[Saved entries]
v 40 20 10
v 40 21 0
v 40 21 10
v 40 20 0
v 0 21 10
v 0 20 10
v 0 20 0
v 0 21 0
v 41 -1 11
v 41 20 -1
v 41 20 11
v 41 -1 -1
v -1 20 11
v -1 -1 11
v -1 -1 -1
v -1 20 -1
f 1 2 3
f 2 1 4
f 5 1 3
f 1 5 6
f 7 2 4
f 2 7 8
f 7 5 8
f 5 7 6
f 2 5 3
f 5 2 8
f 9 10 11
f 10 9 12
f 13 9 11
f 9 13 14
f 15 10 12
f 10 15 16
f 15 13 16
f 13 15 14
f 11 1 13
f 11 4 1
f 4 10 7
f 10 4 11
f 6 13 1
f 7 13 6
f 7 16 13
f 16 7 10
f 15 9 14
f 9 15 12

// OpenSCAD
// Unit of length: Unit.MM
union()
{
   color(c = [1.0, 0.0, 0.0, 1.0])
   {
      cube(size = [40.0, 21.0, 10.0], center = false);
   }
   translate(v = [-1.0, -1.0, -1.0])
   {
      cube(size = [42.0, 21.0, 12.0], center = false);
   }
}
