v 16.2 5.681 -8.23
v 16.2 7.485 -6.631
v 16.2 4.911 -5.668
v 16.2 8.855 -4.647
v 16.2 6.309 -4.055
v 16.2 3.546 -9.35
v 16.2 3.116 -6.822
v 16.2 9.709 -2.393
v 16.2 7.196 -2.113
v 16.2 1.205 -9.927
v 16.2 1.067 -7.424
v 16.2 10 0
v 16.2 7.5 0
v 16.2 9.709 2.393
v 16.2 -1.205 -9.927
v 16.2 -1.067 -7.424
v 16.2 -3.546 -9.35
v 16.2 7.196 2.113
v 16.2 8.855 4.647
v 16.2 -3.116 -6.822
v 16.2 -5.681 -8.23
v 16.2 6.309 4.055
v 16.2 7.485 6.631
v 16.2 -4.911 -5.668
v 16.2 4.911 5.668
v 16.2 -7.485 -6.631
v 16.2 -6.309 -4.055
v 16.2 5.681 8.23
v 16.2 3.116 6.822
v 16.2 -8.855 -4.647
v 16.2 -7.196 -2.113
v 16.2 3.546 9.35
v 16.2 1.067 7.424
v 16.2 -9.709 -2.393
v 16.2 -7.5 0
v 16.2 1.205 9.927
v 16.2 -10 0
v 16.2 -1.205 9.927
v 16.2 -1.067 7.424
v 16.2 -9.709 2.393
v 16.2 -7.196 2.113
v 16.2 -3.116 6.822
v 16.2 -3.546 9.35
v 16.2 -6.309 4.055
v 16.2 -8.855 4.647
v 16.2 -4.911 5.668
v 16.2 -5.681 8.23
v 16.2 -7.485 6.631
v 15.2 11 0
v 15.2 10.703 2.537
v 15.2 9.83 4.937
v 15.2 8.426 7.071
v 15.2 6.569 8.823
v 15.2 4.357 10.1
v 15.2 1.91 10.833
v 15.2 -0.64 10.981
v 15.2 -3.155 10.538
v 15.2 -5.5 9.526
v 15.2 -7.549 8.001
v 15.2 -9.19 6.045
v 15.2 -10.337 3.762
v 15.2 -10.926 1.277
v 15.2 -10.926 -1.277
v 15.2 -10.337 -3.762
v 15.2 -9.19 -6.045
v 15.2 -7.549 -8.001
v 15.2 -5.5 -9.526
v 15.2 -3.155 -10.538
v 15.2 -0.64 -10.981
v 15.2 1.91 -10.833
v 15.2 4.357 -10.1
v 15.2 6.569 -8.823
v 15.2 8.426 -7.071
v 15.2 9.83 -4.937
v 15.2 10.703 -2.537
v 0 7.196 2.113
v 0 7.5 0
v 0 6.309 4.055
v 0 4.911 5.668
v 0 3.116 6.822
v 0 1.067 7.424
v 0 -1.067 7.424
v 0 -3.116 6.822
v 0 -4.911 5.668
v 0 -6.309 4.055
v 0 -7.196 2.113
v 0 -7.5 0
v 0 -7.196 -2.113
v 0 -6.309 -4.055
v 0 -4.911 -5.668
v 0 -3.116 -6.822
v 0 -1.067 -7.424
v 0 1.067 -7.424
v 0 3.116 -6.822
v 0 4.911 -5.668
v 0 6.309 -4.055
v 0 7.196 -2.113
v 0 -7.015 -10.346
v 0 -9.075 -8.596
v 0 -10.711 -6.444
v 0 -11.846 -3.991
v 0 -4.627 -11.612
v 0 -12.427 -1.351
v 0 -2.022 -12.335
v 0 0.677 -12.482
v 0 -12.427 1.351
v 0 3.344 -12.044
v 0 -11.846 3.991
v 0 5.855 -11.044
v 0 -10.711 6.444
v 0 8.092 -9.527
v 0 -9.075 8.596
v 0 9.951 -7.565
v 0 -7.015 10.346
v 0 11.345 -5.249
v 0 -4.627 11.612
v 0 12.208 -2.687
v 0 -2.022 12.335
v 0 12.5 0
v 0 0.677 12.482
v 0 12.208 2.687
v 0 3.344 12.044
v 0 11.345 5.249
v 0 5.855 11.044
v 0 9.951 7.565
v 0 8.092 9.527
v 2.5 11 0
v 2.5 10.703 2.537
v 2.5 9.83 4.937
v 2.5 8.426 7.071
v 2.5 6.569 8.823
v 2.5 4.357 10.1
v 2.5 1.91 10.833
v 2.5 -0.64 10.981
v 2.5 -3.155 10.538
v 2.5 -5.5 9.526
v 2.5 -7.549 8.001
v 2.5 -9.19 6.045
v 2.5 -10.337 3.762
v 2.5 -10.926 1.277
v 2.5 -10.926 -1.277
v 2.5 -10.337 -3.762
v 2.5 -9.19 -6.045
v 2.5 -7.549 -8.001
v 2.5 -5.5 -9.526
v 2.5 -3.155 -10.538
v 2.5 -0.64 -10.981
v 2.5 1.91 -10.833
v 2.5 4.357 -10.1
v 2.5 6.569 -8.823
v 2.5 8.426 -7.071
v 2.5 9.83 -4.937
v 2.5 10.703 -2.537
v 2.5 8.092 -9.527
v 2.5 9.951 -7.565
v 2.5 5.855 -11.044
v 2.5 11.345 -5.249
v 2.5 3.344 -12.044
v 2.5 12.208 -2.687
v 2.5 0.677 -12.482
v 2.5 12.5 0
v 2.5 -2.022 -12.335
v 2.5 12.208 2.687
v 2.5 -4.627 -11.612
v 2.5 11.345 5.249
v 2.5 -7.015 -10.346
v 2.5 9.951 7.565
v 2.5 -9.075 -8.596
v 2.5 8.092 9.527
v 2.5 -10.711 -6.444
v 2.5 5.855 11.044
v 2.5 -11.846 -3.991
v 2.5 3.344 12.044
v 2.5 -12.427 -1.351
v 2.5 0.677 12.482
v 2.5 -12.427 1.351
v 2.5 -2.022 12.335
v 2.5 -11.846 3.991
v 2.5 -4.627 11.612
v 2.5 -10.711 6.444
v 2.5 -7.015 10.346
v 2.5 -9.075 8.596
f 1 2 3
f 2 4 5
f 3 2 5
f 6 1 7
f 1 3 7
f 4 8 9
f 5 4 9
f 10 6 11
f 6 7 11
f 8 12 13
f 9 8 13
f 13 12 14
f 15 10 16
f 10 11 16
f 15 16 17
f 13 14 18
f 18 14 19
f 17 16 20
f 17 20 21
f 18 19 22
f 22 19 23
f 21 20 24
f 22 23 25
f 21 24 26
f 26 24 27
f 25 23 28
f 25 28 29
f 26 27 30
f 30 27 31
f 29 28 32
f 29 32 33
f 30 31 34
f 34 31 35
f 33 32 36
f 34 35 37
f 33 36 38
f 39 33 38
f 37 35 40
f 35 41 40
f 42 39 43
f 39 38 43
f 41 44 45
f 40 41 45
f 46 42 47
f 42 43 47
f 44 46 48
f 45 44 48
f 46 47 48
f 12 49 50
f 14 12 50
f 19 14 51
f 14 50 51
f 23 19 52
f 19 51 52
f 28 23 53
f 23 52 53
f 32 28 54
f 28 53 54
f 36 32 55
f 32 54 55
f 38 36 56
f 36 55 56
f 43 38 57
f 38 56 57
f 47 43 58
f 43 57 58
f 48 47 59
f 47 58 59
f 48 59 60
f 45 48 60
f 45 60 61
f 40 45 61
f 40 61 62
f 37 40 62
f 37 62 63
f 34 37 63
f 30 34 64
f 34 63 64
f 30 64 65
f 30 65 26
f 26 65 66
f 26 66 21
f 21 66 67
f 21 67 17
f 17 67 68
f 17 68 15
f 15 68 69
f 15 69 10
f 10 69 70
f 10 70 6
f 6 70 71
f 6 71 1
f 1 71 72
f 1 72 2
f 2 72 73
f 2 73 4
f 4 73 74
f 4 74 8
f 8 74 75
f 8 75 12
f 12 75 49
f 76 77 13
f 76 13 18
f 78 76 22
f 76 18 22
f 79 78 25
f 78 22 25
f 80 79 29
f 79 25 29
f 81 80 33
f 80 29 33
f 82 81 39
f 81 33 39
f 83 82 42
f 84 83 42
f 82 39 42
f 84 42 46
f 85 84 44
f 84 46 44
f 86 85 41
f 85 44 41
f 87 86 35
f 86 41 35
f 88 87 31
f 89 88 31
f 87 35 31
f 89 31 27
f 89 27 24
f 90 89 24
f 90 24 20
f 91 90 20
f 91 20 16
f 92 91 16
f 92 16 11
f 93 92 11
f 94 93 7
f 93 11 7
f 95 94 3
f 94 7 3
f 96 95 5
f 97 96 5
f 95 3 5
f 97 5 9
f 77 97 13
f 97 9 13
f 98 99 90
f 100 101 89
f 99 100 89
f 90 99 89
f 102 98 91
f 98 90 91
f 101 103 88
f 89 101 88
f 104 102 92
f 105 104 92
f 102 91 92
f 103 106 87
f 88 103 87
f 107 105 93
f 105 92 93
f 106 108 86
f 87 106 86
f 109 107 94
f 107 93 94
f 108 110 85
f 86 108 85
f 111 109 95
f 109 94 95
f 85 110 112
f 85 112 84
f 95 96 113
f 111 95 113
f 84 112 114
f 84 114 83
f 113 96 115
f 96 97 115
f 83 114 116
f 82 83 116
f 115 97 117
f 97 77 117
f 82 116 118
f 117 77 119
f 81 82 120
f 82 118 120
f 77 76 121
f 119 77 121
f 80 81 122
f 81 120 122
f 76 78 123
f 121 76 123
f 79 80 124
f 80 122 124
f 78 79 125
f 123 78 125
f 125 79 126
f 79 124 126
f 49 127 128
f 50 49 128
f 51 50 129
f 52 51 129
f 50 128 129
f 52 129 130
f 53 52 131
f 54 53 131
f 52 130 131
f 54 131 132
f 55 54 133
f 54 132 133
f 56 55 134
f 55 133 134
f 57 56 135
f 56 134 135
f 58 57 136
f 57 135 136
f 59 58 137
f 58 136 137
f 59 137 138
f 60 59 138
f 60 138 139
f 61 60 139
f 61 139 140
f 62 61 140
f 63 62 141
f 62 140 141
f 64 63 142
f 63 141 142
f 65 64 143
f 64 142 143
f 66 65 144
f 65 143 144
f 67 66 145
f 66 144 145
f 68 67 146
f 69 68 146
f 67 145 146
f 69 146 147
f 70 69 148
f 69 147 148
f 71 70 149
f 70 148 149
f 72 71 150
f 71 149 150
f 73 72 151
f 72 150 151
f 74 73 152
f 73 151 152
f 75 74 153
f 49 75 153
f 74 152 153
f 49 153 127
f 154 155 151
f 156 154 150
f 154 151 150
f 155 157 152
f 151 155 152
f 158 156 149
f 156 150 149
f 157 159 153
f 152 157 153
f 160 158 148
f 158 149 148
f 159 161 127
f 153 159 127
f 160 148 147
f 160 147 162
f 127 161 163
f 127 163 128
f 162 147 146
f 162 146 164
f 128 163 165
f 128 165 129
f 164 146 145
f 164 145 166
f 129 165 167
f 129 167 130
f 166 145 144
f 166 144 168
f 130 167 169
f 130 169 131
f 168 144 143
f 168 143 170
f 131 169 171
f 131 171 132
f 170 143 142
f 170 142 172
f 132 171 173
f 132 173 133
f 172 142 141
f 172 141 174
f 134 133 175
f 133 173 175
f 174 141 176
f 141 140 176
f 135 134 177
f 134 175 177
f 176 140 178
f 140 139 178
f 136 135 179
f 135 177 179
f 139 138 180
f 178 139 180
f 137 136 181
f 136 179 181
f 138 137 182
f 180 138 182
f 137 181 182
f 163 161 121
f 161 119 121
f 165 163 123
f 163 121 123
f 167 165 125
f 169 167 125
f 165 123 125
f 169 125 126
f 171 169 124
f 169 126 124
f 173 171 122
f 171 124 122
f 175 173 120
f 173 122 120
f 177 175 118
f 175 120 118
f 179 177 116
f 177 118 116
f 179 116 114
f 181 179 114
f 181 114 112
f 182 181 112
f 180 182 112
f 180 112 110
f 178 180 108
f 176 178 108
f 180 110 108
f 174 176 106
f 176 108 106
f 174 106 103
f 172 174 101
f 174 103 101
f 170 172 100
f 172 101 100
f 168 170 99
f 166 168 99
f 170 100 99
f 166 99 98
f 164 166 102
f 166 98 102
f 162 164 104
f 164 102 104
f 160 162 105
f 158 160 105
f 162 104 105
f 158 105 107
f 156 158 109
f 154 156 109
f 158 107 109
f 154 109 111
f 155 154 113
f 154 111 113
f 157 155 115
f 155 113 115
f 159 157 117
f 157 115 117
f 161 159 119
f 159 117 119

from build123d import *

# Parameters (mm, degrees)
F2_SIZE = 1


with BuildPart() as f1:
    # F0 (on Top) → F1 (revolve)
    with BuildSketch(Plane.XY):
        Polygon((0, 12.5), (0, 7.5), (16.2, 7.5), (16.2, 11), (2.5, 11), (2.5, 12.5), align=None)
    revolve(axis=Axis((6.446342, 0, 0), (1, 0, 0)))

    # F2
    f2_edges = [f1.edges().sort_by_distance(p)[0] for p in [
        (16.2, -11, 0),
    ]]
    chamfer(f2_edges, length=F2_SIZE)


solid = f1.part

* _TASK DESCRIPTION_
The response must hold only the lines above from the line with "f 158 149 148" through the line with "f 159 117 119", each copied exactly, both ends kept.

* _EXERCISE ANSWER_
f 158 149 148
f 159 161 127
f 153 159 127
f 160 148 147
f 160 147 162
f 127 161 163
f 127 163 128
f 162 147 146
f 162 146 164
f 128 163 165
f 128 165 129
f 164 146 145
f 164 145 166
f 129 165 167
f 129 167 130
f 166 145 144
f 166 144 168
f 130 167 169
f 130 169 131
f 168 144 143
f 168 143 170
f 131 169 171
f 131 171 132
f 170 143 142
f 170 142 172
f 132 171 173
f 132 173 133
f 172 142 141
f 172 141 174
f 134 133 175
f 133 173 175
f 174 141 176
f 141 140 176
f 135 134 177
f 134 175 177
f 176 140 178
f 140 139 178
f 136 135 179
f 135 177 179
f 139 138 180
f 178 139 180
f 137 136 181
f 136 179 181
f 138 137 182
f 180 138 182
f 137 181 182
f 163 161 121
f 161 119 121
f 165 163 123
f 163 121 123
f 167 165 125
f 169 167 125
f 165 123 125
f 169 125 126
f 171 169 124
f 169 126 124
f 173 171 122
f 171 124 122
f 175 173 120
f 173 122 120
f 177 175 118
f 175 120 118
f 179 177 116
f 177 118 116
f 179 116 114
f 181 179 114
f 181 114 112
f 182 181 112
f 180 182 112
f 180 112 110
f 178 180 108
f 176 178 108
f 180 110 108
f 174 176 106
f 176 108 106
f 174 106 103
f 172 174 101
f 174 103 101
f 170 172 100
f 172 101 100
f 168 170 99
f 166 168 99
f 170 100 99
f 166 99 98
f 164 166 102
f 166 98 102
f 162 164 104
f 164 102 104
f 160 162 105
f 158 160 105
f 162 104 105
f 158 105 107
f 156 158 109
f 154 156 109
f 158 107 109
f 154 109 111
f 155 154 113
f 154 111 113
f 157 155 115
f 155 113 115
f 159 157 117
f 157 115 117
f 161 159 119
f 159 117 119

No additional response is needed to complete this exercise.